As some of you already know, NBC canceled the tv show Hannibal. If you care about this show, please call Netflix and tell them you want them to resurrect the show for its fourth season.


----------



## drhowarddrfine (Jun 25, 2015)

Why do you think Netflix has any say into what NBC does?


----------



## alphaniner (Jun 25, 2015)

@ drhowarddrfine
http://www.forbes.com/sites/merrill...ita-isnt-about-fan-service-its-about-netflix/


----------



## Oleg_NYC (Jun 25, 2015)

drhowarddrfine said:


> Why do you think Netflix has any say into what NBC does?
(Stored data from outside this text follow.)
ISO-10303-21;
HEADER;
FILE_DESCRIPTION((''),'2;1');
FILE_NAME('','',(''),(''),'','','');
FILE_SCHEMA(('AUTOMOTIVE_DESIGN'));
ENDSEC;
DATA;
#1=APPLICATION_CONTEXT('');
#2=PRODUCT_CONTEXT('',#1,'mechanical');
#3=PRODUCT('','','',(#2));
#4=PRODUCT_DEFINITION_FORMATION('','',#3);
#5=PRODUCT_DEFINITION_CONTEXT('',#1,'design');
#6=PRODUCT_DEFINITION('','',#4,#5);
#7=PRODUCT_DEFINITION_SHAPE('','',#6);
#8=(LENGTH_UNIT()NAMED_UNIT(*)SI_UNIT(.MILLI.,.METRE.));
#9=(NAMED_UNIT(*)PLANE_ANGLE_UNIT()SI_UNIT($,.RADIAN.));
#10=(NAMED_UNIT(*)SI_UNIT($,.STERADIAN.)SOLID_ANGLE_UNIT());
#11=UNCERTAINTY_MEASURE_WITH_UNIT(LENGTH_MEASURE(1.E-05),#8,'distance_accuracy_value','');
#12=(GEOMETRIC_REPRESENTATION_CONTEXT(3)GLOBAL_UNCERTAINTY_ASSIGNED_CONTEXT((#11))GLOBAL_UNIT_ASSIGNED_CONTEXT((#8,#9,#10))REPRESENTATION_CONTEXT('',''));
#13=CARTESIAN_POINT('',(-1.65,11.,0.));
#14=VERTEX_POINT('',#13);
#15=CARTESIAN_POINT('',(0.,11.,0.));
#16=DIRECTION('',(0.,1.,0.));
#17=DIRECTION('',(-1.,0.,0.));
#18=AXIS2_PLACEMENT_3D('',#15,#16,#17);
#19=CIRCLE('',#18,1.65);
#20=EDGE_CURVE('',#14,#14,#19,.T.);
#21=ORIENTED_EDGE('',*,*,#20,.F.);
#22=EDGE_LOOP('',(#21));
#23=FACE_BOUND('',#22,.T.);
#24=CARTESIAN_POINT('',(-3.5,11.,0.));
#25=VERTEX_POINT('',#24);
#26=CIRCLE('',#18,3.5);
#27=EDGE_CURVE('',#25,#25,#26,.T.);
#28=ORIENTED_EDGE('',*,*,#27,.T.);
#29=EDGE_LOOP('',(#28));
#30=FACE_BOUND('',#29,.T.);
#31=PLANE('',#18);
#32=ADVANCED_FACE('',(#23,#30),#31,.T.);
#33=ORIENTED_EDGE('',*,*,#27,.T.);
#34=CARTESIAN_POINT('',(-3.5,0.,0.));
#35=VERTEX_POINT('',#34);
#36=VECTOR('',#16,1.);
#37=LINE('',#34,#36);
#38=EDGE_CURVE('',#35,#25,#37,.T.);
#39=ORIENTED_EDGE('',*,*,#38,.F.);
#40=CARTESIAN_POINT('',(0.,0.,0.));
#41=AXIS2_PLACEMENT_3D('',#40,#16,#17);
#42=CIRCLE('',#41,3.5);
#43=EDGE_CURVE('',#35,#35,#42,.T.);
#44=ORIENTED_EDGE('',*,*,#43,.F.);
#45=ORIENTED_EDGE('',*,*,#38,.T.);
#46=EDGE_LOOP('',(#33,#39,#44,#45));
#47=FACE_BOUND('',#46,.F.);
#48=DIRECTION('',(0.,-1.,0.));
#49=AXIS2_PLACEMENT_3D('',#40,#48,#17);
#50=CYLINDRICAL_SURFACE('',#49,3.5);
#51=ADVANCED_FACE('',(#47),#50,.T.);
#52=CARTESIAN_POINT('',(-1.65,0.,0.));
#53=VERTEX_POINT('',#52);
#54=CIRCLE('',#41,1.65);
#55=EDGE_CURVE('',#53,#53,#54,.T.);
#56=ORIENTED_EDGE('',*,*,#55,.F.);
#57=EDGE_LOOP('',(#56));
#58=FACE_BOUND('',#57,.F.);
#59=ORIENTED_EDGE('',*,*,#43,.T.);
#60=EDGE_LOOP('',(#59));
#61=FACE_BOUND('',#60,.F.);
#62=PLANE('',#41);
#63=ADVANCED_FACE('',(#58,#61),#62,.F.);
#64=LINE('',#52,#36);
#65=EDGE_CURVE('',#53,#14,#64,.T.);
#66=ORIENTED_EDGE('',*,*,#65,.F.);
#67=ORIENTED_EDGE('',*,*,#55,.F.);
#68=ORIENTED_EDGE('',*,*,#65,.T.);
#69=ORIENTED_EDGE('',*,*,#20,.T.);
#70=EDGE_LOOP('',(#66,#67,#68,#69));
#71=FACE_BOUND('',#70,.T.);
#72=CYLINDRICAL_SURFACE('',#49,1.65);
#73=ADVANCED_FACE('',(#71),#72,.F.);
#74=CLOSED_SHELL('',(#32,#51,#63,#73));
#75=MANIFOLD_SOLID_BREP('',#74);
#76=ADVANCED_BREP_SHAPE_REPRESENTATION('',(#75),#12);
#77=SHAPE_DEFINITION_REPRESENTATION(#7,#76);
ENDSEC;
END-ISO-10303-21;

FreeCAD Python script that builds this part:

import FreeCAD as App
import Part
import Sketcher
Q = App.Units.Quantity

doc = App.newDocument("Part")
params = doc.addObject("Spreadsheet::Sheet", "Params")
for row, (alias, value) in enumerate([
    ("sketch1_diameter", "7 mm"),
    ("sketch1_diameter2", "3.3 mm"),
    ("pad1_length", "11 mm"),
], start=1):
    params.set(f"A{row}", alias)
    params.set(f"B{row}", "=" + value)
    params.setAlias(f"B{row}", alias)

body = doc.addObject("PartDesign::Body", "Body")

# Sketch on XZ plane
sketch1 = body.newObject("Sketcher::SketchObject", "Sketch")
sketch1.AttachmentSupport = (doc.getObject("XZ_Plane"), [""])
sketch1.MapMode = "FlatFace"
sketch1.addGeometry([
    Part.Circle(App.Vector(0, 0, 0), App.Vector(0, 0, 1), 3.5),
    Part.Circle(App.Vector(0, 0, 0), App.Vector(0, 0, 1), 1.65),
], False)
sketch1.addConstraint([
    Sketcher.Constraint("Coincident", 0, 3, -1, 1),
    Sketcher.Constraint("Coincident", 1, 3, -1, 1),
    Sketcher.Constraint("Diameter", 0, Q("7 mm")),
    Sketcher.Constraint("Diameter", 1, Q("3.3 mm")),
])
sketch1.setExpression("Constraints[2]", "Params.sketch1_diameter")
sketch1.setExpression("Constraints[3]", "Params.sketch1_diameter2")
pad1 = body.newObject("PartDesign::Pad", "Pad")
pad1.Profile = sketch1
pad1.setExpression("Length", "Params.pad1_length")
pad1.Reversed = True

doc.recompute()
Netflix has no say into what NBC does. However, it can resurrect the shows that were previously canceled.


----------



## drhowarddrfine (Jun 25, 2015)

oleglelchuk Yes but you said you wanted them to "resurrect" it for, what I presume is, a new fourth season, not "resurrect" previous shows.  That's not likely going to happen.


----------



## beastDemian (Jun 28, 2015)

I love the show although I have to say, I expected more from this seasson. So far in the name of artsy shots and non-linear storytelling it's becoming a bit too slow.


----------